[LISTED RECORDS]

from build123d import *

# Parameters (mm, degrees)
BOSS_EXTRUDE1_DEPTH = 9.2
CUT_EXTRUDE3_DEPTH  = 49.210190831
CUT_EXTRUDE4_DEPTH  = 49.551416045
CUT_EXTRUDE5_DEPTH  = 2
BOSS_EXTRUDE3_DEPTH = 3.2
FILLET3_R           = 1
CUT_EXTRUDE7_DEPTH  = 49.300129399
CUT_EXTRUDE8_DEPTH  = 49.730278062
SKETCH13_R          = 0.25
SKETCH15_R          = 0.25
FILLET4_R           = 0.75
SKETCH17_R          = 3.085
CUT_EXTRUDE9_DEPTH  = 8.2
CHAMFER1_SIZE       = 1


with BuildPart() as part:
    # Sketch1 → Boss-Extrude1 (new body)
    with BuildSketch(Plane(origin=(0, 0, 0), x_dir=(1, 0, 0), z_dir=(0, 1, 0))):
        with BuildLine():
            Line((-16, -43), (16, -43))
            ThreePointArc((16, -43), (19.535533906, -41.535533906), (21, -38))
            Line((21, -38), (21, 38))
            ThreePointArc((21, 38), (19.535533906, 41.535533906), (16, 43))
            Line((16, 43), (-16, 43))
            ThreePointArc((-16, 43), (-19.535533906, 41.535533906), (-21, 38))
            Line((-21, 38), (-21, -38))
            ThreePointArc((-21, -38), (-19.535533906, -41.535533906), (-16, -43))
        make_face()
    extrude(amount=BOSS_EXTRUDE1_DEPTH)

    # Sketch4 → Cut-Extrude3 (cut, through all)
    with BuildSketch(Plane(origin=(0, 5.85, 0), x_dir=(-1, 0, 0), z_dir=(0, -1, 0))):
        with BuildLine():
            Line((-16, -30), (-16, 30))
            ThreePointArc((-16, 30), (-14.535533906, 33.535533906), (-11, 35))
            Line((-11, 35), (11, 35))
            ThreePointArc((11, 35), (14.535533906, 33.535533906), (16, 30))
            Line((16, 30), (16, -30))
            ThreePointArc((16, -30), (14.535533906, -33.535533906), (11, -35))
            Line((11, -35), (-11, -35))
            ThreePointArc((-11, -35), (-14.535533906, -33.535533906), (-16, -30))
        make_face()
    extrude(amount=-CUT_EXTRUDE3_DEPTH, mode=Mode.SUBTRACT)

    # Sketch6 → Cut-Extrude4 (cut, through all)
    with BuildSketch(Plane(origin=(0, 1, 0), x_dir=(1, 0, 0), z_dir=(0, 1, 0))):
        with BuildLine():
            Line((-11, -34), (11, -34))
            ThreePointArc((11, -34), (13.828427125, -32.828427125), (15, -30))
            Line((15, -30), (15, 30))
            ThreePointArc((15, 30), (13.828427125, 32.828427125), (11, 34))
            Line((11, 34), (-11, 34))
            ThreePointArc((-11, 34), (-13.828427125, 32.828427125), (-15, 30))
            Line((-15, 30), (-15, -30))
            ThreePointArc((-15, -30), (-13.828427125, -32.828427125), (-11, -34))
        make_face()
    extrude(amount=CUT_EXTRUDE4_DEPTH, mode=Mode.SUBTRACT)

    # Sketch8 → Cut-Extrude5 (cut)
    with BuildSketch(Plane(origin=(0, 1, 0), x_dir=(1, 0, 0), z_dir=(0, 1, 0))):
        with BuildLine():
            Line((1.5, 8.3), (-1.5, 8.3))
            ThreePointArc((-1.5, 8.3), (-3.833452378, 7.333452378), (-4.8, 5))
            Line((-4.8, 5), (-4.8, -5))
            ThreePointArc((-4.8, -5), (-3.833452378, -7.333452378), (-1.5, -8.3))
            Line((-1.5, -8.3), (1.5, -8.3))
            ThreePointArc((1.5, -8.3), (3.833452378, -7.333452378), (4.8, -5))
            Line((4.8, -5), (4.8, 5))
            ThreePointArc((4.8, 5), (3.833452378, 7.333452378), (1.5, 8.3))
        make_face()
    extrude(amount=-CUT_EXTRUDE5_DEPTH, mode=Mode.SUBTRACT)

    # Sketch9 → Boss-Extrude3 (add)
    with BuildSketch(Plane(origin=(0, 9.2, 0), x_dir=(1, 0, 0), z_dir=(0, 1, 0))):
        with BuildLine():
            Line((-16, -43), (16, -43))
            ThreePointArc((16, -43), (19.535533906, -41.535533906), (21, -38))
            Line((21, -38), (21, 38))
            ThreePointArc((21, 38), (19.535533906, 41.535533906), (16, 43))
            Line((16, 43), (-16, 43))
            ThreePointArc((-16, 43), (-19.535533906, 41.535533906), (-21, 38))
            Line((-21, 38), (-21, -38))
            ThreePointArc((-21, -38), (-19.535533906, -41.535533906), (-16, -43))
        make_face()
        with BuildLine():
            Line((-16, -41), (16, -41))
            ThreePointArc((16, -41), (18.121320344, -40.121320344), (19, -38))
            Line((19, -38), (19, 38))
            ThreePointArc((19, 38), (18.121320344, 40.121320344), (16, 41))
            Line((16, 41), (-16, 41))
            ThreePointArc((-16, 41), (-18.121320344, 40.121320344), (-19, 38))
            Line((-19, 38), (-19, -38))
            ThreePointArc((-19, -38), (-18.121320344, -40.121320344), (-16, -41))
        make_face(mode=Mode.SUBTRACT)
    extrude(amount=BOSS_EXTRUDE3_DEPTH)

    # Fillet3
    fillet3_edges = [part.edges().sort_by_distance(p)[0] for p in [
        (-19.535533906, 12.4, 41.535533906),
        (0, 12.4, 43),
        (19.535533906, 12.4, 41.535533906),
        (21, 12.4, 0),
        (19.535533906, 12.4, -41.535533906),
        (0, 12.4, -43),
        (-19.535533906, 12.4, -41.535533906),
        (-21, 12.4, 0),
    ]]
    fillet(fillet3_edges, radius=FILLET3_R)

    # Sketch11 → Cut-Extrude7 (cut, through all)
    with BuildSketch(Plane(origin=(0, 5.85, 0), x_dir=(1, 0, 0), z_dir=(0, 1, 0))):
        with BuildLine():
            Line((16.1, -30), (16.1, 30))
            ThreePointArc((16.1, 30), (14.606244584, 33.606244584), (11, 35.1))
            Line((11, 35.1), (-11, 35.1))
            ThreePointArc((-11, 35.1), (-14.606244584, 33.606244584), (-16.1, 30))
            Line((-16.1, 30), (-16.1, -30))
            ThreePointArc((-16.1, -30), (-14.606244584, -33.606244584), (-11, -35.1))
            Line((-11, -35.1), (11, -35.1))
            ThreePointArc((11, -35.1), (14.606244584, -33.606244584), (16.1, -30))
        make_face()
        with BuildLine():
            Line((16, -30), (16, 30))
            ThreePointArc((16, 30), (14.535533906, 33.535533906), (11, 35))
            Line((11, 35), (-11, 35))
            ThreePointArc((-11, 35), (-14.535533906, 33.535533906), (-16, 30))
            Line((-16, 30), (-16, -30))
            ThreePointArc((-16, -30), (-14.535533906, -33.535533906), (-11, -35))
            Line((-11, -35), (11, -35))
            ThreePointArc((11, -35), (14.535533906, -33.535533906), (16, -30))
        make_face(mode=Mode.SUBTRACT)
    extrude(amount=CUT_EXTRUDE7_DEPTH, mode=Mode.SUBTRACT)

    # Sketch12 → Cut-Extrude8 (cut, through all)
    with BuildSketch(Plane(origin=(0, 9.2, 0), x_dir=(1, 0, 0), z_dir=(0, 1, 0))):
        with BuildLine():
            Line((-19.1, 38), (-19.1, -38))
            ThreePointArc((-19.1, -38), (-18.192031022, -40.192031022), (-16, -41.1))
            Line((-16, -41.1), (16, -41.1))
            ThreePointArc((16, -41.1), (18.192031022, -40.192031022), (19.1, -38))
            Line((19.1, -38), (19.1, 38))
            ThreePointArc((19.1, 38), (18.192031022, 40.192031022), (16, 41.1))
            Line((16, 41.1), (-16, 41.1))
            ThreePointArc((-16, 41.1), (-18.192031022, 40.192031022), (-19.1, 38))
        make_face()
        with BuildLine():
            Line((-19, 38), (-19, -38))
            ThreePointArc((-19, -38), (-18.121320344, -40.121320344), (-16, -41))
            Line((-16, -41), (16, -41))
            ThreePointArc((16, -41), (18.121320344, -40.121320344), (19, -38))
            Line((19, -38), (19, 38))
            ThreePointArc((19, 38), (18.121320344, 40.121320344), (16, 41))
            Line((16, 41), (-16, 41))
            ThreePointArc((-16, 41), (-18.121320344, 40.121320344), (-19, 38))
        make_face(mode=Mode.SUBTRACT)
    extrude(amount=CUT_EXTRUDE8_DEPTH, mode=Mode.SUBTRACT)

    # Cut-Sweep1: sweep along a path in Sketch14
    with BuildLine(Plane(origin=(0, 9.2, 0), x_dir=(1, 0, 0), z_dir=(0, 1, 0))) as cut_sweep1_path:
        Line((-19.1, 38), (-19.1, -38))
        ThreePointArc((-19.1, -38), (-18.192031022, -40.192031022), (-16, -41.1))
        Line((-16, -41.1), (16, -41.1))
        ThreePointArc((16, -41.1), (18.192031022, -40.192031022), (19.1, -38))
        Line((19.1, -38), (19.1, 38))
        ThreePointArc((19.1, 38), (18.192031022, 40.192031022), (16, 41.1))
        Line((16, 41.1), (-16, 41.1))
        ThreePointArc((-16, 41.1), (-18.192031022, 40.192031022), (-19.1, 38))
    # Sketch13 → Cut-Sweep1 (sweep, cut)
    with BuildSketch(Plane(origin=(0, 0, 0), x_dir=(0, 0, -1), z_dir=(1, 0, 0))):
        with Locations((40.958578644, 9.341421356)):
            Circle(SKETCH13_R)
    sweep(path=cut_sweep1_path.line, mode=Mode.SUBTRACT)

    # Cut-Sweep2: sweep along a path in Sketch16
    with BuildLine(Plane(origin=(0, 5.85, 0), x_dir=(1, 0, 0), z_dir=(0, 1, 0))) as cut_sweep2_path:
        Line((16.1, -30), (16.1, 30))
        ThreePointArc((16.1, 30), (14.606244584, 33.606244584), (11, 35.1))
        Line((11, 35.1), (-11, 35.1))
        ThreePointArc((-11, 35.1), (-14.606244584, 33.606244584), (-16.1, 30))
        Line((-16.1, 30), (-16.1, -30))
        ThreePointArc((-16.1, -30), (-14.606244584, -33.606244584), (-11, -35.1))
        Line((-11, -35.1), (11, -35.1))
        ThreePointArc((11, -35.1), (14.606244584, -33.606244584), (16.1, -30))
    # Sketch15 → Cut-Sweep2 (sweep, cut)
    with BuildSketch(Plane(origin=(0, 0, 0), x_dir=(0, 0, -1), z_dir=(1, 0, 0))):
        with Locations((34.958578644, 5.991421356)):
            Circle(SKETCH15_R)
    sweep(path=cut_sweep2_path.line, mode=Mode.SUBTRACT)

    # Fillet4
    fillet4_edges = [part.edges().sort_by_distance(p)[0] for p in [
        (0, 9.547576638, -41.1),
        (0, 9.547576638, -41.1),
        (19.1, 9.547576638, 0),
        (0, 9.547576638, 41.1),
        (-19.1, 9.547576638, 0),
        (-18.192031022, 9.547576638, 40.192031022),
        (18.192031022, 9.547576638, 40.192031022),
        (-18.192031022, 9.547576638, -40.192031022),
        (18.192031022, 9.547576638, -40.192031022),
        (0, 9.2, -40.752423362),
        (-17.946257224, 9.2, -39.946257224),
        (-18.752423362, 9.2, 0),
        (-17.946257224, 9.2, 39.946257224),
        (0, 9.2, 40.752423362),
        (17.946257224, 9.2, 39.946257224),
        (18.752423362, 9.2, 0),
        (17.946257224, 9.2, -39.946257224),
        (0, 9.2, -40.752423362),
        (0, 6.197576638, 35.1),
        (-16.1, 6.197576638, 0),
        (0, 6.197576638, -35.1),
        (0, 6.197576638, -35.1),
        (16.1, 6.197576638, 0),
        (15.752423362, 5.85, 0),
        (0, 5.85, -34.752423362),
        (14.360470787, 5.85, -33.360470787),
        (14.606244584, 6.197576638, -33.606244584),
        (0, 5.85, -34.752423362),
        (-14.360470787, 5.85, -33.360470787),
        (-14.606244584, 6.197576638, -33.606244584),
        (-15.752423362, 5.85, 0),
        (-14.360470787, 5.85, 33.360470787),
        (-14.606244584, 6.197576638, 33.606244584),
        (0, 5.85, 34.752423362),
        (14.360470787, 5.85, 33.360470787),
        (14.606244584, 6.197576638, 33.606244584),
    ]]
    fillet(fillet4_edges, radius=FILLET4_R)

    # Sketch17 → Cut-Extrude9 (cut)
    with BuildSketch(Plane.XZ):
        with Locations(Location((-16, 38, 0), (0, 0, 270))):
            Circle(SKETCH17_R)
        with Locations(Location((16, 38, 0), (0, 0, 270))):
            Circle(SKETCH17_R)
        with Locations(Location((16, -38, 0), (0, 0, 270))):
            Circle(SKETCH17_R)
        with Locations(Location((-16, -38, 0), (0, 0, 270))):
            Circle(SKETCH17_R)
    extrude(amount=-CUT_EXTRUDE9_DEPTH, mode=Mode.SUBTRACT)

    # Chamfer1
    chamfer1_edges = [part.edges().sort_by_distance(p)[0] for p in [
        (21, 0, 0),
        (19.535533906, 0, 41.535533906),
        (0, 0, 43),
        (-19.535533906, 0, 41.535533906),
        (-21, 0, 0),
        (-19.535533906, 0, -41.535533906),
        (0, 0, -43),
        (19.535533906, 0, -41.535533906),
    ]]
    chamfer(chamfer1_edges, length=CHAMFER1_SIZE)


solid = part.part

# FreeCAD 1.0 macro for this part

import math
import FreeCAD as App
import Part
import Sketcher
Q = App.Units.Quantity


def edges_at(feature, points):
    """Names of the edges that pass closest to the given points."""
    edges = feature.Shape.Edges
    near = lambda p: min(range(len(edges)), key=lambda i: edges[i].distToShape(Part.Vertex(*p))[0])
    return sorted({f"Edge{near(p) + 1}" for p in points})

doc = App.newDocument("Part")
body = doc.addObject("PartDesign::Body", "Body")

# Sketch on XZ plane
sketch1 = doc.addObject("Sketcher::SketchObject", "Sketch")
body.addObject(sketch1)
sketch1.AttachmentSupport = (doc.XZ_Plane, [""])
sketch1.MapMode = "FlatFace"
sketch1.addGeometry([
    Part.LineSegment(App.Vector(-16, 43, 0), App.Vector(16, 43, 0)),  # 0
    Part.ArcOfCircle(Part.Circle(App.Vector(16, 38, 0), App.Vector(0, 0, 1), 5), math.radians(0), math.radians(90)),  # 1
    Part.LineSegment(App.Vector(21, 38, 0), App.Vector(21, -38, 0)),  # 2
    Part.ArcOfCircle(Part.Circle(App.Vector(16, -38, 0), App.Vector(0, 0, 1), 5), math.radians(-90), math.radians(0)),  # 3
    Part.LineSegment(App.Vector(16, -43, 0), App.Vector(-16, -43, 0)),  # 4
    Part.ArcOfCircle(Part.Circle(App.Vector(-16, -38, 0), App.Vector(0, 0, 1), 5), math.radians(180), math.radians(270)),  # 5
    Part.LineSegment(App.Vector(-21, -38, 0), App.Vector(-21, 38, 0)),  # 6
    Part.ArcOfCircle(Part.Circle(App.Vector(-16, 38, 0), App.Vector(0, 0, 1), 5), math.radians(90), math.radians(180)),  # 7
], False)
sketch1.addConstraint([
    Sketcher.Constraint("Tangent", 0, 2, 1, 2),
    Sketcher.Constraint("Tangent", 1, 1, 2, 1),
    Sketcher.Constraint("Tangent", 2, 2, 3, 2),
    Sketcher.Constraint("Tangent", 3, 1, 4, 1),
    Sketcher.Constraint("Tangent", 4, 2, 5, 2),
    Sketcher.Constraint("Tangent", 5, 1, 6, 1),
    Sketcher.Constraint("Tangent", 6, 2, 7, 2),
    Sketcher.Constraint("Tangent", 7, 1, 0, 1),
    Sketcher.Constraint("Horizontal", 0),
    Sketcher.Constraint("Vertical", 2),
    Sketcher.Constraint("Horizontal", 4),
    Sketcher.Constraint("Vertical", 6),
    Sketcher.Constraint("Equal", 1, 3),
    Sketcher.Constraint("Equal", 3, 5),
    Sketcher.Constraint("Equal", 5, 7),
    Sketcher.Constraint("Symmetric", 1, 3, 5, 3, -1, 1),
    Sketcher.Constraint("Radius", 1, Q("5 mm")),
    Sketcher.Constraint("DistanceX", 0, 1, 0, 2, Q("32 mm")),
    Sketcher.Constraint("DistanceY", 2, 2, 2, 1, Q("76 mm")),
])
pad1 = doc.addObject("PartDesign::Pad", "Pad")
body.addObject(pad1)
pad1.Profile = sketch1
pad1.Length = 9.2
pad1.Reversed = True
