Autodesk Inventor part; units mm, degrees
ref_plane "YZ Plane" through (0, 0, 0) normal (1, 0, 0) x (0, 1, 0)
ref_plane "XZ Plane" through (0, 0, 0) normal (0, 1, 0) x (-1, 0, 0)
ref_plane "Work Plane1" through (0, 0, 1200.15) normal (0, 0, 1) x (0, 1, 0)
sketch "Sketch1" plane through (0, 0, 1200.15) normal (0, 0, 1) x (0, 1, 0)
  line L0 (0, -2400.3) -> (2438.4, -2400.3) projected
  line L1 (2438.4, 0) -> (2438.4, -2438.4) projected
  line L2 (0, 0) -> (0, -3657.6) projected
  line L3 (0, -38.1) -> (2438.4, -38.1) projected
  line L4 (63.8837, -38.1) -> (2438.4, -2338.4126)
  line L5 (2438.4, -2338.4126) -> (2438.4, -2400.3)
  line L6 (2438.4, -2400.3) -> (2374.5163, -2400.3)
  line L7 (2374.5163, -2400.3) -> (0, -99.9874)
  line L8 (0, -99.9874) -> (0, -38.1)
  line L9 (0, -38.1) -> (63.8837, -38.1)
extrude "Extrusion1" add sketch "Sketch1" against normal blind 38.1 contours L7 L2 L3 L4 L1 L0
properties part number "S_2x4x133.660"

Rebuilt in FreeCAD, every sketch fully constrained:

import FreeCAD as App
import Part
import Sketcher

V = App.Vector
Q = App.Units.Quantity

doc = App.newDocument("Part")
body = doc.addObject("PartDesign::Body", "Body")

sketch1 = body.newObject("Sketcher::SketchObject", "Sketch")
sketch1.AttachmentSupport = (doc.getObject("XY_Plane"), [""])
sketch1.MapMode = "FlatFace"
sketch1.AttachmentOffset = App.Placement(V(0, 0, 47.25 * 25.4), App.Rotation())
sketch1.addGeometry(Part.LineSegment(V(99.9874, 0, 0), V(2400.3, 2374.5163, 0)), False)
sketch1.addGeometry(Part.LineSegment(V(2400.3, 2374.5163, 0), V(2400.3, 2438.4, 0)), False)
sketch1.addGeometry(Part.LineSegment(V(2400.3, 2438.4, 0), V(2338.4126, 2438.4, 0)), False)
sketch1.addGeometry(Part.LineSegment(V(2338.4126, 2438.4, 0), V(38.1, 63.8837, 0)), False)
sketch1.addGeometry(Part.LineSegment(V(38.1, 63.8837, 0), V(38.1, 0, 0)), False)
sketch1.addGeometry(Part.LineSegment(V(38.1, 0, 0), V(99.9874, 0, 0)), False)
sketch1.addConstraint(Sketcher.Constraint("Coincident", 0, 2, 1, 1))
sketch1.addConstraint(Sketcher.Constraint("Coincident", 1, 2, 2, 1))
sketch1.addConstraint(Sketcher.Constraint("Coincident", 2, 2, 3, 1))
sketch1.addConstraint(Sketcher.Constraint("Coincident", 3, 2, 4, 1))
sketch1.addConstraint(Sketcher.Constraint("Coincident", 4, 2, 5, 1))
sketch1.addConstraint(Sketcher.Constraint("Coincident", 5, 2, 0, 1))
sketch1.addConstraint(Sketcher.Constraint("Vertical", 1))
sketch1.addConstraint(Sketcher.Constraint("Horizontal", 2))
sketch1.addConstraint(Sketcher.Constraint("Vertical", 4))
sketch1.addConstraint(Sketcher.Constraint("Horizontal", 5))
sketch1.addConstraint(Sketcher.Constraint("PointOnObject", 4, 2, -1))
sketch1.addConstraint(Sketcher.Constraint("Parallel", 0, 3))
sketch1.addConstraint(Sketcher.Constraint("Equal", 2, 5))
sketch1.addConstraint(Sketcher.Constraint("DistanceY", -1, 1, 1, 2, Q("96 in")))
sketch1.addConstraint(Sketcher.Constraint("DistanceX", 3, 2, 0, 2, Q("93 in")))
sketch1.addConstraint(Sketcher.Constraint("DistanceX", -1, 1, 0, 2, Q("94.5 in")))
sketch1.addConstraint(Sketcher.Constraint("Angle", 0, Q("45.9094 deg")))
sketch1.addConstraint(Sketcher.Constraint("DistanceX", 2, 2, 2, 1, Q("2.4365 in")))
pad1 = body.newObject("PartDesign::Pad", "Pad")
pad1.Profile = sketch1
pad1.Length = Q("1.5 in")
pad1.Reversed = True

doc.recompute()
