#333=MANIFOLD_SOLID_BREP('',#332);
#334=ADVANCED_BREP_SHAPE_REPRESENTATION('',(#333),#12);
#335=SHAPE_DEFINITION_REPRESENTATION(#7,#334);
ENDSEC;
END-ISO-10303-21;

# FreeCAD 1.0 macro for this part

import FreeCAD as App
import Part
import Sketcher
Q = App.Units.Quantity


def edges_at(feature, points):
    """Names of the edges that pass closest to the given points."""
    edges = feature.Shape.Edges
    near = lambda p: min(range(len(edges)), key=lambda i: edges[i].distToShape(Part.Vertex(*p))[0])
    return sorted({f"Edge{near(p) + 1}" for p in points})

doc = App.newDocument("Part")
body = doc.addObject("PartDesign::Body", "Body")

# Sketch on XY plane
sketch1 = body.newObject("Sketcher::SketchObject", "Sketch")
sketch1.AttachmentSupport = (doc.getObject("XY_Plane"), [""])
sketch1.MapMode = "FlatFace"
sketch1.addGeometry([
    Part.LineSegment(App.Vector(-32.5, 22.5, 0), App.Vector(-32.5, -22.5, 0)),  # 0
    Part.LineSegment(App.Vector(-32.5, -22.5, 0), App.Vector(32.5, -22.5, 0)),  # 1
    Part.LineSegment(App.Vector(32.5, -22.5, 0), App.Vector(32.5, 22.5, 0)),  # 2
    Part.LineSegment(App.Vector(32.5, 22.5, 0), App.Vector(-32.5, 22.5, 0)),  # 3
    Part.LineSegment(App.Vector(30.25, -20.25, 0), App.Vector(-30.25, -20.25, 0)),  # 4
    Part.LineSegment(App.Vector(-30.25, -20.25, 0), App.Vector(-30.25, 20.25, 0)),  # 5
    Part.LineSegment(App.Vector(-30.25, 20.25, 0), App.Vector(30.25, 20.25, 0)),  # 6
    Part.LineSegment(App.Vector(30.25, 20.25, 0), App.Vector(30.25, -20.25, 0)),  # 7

[TASK REQUIREMENTS] Copy exactly the lines above, starting at the opening line and finishing at the line in which "with BuildPart() as" occurs.

[EXERCISE SOLUTION]
from build123d import *

# Parameters (mm, degrees)
BOSS_EXTRUDE1_DEPTH = 9.2
CUT_EXTRUDE3_DEPTH  = 49.210190831
CUT_EXTRUDE4_DEPTH  = 49.551416045
CUT_EXTRUDE5_DEPTH  = 2
BOSS_EXTRUDE3_DEPTH = 3.2
FILLET3_R           = 1
CUT_EXTRUDE7_DEPTH  = 49.300129399
CUT_EXTRUDE8_DEPTH  = 49.730278062
SKETCH13_R          = 0.25
SKETCH15_R          = 0.25
FILLET4_R           = 0.75
SKETCH17_R          = 3.085
CUT_EXTRUDE9_DEPTH  = 8.2
CHAMFER1_SIZE       = 1


with BuildPart() as part:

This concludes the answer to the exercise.